The flavours of lemongrass, galangal and makrut lime leaves come together create an incredible Thai centrepiece!
Serves: 2
Preparation: 20
Cooking: 25
Passive: 30-60
Ready: 75
Ingredients
For the tofu
3 tablespoons lime juice
2 tablespoons grated lime zest
2 tablespoons gluten-free tamari
1 tablespoon maple syrup
1 tablespoon finely grated fresh ginger
7 oz/200 g tofu, cut into ½ x ¼-inch (1½-cm) pieces
For the soup
2¾ cups plus 1 teaspoon (23½ fl oz/700 ml) coconut milk
3 shallots, thinly sliced
2 stalks lemongrass, white part only, smashed
2½-inch (6-cm) piece galangal, cut into ½-inch (1-cm) slices
10 makrut lime leaves
5 oz/150 g cherry tomatoes, halved
5 oz/150 g cremini (chestnut) mushrooms, cut into thin slices
1-2 dried chillies
1 teaspoon sea salt flakes
For the vegetable
1-2 carrots
1 small zucchini (courgette)
1 small beet (beetroot)
To serve
2 tablespoons cilantro (coriander) leaves
lime wedges
Method
Start by marinating the tofu. Put all the ingredients, except the tofu, into a large bowl and mix with a wooden spoon to combine. Add the tofu pieces, cover with plastic wrap (cling film) and let them marinate at room temperature for at least 30-60 minutes. The tofu will taste better the longer you marinate it.

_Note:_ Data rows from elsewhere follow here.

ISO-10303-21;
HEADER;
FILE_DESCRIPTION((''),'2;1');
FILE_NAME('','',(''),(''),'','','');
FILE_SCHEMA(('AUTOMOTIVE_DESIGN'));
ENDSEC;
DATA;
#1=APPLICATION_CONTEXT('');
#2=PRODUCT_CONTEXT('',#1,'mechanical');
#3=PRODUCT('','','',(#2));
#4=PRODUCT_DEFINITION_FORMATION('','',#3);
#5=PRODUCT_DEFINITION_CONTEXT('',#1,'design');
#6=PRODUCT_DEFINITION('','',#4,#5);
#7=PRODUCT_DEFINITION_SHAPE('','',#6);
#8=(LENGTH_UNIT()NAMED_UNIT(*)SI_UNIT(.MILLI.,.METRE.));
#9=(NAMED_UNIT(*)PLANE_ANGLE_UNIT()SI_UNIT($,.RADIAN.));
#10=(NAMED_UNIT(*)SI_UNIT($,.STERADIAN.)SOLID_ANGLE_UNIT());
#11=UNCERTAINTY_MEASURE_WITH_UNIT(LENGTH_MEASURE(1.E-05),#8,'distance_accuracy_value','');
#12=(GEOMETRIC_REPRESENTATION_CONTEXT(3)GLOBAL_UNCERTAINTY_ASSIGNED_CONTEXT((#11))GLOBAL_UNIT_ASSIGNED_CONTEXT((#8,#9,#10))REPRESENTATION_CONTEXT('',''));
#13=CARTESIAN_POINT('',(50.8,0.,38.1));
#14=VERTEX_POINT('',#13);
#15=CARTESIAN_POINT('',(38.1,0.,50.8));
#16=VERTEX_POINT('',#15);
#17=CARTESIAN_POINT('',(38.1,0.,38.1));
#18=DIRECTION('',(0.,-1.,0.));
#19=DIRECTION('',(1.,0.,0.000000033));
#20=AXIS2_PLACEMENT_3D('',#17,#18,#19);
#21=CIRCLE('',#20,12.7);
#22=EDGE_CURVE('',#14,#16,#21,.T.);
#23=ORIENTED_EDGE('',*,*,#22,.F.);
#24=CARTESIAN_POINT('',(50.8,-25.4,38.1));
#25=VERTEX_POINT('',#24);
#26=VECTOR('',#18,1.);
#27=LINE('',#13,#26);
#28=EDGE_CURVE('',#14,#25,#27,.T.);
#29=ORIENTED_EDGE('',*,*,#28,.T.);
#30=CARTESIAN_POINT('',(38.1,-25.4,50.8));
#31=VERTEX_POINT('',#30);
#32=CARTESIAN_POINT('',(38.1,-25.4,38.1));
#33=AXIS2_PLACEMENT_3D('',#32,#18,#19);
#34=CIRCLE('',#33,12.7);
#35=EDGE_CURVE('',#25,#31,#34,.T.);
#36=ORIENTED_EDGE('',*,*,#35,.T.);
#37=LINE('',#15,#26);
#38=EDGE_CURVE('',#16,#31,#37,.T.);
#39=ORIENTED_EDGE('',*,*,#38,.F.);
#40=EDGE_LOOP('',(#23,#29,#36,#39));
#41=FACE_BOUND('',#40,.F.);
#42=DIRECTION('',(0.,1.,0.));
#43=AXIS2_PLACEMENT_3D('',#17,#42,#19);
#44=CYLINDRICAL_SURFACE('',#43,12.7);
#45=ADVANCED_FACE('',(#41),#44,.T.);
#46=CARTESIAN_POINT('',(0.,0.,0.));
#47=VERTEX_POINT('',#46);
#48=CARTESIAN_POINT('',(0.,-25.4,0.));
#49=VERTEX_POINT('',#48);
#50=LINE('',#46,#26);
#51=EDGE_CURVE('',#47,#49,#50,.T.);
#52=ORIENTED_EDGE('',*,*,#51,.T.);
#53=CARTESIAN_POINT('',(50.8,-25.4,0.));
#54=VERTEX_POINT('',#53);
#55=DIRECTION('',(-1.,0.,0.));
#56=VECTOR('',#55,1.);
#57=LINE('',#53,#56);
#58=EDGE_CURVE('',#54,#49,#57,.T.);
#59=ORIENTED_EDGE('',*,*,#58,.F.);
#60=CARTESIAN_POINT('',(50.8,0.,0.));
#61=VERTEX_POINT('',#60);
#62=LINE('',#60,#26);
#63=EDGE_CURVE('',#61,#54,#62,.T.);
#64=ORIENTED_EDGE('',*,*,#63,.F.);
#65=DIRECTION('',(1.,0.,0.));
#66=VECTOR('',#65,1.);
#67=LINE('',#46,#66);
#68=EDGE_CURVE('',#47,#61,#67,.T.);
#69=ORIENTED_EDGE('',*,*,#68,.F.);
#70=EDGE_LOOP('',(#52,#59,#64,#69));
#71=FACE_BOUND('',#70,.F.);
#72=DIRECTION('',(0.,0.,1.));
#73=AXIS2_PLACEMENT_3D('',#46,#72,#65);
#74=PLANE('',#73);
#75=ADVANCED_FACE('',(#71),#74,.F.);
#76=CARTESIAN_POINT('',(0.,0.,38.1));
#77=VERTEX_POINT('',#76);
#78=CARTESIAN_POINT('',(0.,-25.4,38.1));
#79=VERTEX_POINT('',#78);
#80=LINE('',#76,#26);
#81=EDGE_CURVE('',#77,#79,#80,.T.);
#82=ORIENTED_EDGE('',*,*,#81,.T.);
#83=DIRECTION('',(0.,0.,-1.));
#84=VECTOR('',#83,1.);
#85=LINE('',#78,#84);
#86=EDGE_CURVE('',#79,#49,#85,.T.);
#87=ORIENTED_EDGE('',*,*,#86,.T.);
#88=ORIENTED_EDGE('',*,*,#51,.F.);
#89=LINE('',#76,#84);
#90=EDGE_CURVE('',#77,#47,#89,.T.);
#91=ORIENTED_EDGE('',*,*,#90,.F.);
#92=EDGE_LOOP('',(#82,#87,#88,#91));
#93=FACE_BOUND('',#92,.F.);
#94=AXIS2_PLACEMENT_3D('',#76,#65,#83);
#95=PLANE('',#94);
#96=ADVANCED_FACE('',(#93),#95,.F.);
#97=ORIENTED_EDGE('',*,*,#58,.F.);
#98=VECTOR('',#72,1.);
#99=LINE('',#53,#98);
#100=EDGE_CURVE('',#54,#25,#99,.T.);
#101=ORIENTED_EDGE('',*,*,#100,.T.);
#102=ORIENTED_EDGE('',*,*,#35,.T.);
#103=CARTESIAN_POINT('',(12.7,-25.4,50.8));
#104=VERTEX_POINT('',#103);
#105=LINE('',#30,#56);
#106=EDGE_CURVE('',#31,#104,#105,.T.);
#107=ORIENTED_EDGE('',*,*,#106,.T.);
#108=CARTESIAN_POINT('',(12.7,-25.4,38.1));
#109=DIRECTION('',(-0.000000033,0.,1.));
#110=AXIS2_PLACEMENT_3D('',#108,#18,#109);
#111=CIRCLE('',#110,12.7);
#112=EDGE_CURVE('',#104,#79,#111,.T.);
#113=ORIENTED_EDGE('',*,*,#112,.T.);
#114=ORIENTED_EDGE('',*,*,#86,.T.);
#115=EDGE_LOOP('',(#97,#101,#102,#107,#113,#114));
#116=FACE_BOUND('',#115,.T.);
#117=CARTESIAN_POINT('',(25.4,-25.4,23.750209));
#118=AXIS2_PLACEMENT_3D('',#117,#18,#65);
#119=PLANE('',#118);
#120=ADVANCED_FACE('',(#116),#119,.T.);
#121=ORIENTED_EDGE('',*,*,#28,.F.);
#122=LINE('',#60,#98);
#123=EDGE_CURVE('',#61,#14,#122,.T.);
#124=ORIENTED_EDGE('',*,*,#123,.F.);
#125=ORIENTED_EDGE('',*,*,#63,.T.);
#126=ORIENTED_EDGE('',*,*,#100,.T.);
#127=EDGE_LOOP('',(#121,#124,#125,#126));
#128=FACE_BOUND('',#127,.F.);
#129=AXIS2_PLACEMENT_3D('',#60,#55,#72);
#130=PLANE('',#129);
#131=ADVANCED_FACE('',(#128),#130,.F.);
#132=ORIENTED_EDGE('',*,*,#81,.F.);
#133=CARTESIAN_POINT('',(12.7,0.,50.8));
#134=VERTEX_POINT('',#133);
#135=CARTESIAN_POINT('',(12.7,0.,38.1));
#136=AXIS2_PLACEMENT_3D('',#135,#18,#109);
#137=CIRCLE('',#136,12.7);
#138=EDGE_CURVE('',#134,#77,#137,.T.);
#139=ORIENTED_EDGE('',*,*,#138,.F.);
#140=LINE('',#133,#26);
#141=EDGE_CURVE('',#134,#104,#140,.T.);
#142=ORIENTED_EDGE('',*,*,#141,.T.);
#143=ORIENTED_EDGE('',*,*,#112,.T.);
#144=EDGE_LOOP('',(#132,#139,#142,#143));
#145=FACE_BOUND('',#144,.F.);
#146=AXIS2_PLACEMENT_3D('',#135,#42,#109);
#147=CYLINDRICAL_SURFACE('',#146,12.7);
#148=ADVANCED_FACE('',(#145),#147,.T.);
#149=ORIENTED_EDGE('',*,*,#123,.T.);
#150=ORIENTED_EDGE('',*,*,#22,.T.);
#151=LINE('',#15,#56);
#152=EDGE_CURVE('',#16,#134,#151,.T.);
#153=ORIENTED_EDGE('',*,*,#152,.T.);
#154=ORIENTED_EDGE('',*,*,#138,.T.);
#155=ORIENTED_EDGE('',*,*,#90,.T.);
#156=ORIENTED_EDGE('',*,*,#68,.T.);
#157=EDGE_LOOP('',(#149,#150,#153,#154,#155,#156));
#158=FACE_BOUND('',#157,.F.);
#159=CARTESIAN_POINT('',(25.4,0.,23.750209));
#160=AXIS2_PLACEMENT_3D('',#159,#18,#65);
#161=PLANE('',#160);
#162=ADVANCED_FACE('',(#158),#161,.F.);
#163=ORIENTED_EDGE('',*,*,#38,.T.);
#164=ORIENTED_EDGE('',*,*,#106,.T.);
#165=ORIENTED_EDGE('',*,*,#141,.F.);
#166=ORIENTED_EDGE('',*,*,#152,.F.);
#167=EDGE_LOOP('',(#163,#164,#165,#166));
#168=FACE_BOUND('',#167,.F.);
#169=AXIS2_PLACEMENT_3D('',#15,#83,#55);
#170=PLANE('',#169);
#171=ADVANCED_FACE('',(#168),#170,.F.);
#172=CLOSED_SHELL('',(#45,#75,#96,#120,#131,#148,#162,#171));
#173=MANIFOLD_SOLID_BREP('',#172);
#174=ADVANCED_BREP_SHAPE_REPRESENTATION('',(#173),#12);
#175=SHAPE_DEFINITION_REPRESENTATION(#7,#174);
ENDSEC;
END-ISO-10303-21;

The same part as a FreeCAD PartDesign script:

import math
import FreeCAD as App
import Part
import Sketcher
from FreeCAD import Vector
Q = App.Units.Quantity

doc = App.newDocument("Part")
params = doc.addObject("Spreadsheet::Sheet", "Params")
for row, (alias, value) in enumerate([
    ("sketch1_radius", "0.5 in"),
    ("sketch1_width", "2 in"),
    ("sketch1_height", "1.5 in"),
    ("pad1_length", "1 in"),
    ("pad2_length", "1 in"),
], start=1):
    params.set(f"A{row}", alias)
    params.set(f"B{row}", "=" + value)
    params.setAlias(f"B{row}", alias)

body = doc.addObject("PartDesign::Body", "Body")

# Sketch on XZ plane
sketch1 = doc.addObject("Sketcher::SketchObject", "Sketch")
body.addObject(sketch1)
sketch1.AttachmentSupport = (doc.XZ_Plane, [""])
sketch1.MapMode = "FlatFace"
sketch1.addGeometry([
    Part.LineSegment(Vector(0, 38.1, 0), Vector(0, 0, 0)),  # 0
    Part.LineSegment(Vector(0, 0, 0), Vector(50.8, 0, 0)),  # 1
    Part.LineSegment(Vector(50.8, 0, 0), Vector(50.8, 38.1, 0)),  # 2
    Part.ArcOfCircle(Part.Circle(Vector(38.1, 38.1, 0), Vector(0, 0, 1), 12.7), math.radians(0.000002), math.radians(89.999998)),  # 3
    Part.LineSegment(Vector(38.1, 50.8, 0), Vector(12.7, 50.8, 0)),  # 4
    Part.ArcOfCircle(Part.Circle(Vector(12.7, 38.1, 0), Vector(0, 0, 1), 12.7), math.radians(90.000002), math.radians(179.999998)),  # 5
], False)
sketch1.addConstraint([
    Sketcher.Constraint("Coincident", 0, 2, 1, 1),
    Sketcher.Constraint("Coincident", 1, 2, 2, 1),
    Sketcher.Constraint("Tangent", 2, 2, 3, 1),
    Sketcher.Constraint("Tangent", 3, 2, 4, 1),
    Sketcher.Constraint("Tangent", 4, 2, 5, 1),
    Sketcher.Constraint("Tangent", 5, 2, 0, 1),
    Sketcher.Constraint("Vertical", 0),
    Sketcher.Constraint("Horizontal", 1),
    Sketcher.Constraint("Vertical", 2),
    Sketcher.Constraint("Horizontal", 4),
    Sketcher.Constraint("Coincident", 0, 2, -1, 1),
    Sketcher.Constraint("Equal", 3, 5),
    Sketcher.Constraint("Radius", 3, Q("0.5 in")),
    Sketcher.Constraint("DistanceX", 1, 1, 1, 2, Q("2 in")),
    Sketcher.Constraint("DistanceY", 0, 2, 0, 1, Q("1.5 in")),
])
sketch1.setExpression("Constraints[12]", "Params.sketch1_radius")
sketch1.setExpression("Constraints[13]", "Params.sketch1_width")
sketch1.setExpression("Constraints[14]", "Params.sketch1_height")
pad1 = doc.addObject("PartDesign::Pad", "Pad")
body.addObject(pad1)
pad1.Profile = sketch1
pad1.setExpression("Length", "Params.pad1_length")

# Sketch on XZ plane
sketch2 = doc.addObject("Sketcher::SketchObject", "Sketch001")
body.addObject(sketch2)
sketch2.AttachmentSupport = (doc.XZ_Plane, [""])
sketch2.MapMode = "FlatFace"
sketch2.addGeometry([
    Part.LineSegment(Vector(17.737616, 7.724446, 0), Vector(17.737616, 0, 0)),  # 0
    Part.LineSegment(Vector(17.737616, 0, 0), Vector(39.861955, 0, 0)),  # 1
    Part.LineSegment(Vector(39.861955, 0, 0), Vector(39.861955, 7.724446, 0)),  # 2
    Part.LineSegment(Vector(39.861955, 7.724446, 0), Vector(30.707058, 7.724446, 0)),  # 3
    Part.LineSegment(Vector(30.707058, 7.724446, 0), Vector(30.707058, 12.492622, 0)),  # 4
    Part.LineSegment(Vector(30.707058, 12.492622, 0), Vector(23.459429, 12.492622, 0)),  # 5
    Part.LineSegment(Vector(23.459429, 12.492622, 0), Vector(23.459429, 7.724446, 0)),  # 6
    Part.LineSegment(Vector(23.459429, 7.724446, 0), Vector(17.737616, 7.724446, 0)),  # 7
], False)
sketch2.addConstraint([
    Sketcher.Constraint("Coincident", 0, 2, 1, 1),
    Sketcher.Constraint("Coincident", 1, 2, 2, 1),
    Sketcher.Constraint("Coincident", 2, 2, 3, 1),
    Sketcher.Constraint("Coincident", 3, 2, 4, 1),
    Sketcher.Constraint("Coincident", 4, 2, 5, 1),
    Sketcher.Constraint("Coincident", 5, 2, 6, 1),
    Sketcher.Constraint("Coincident", 6, 2, 7, 1),
    Sketcher.Constraint("Coincident", 7, 2, 0, 1),
    Sketcher.Constraint("Vertical", 0),
    Sketcher.Constraint("Horizontal", 1),
    Sketcher.Constraint("Vertical", 2),
    Sketcher.Constraint("Horizontal", 3),
    Sketcher.Constraint("Vertical", 4),
    Sketcher.Constraint("Horizontal", 5),
    Sketcher.Constraint("Vertical", 6),
    Sketcher.Constraint("Horizontal", 7),
    Sketcher.Constraint("PointOnObject", 0, 2, -1),
    Sketcher.Constraint("Horizontal", 3, 2, 6, 2),
    Sketcher.Constraint("DistanceX", 1, 1, 1, 2, 22.124339),
    Sketcher.Constraint("DistanceX", 5, 2, 5, 1, 7.247629),
    Sketcher.Constraint("DistanceX", 3, 2, 3, 1, 9.154897),
    Sketcher.Constraint("DistanceY", 0, 2, 0, 1, 7.724446),
    Sketcher.Constraint("DistanceY", 4, 1, 4, 2, 4.768176),
    Sketcher.Constraint("DistanceX", -1, 1, 3, 2, 30.707058),
])
pad2 = doc.addObject("PartDesign::Pad", "Pad001")
body.addObject(pad2)
pad2.Profile = sketch2
pad2.setExpression("Length", "Params.pad2_length")

doc.recompute()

When ready to cook, bring the coconut milk, shallots, lemongrass, galangal, and makrut lime leaves to a boil in a large saucepan over medium heat. Add the tofu and any marinade that’s left in the bowl, reduce the heat, and simmer for 10 minutes. Add the tomatoes, mushrooms, chillies, and salt, and simmer for another 10-15 minutes.
Meanwhile, make the vegetable noodles by using a spiralizer or julienne peeler to shred the vegetables into noodle-like strips. Set aside. To serve, put the vegetable noodles into the soup bowls, pour the soup over them, and top with cilantro (coriander) leaves and lime wedges.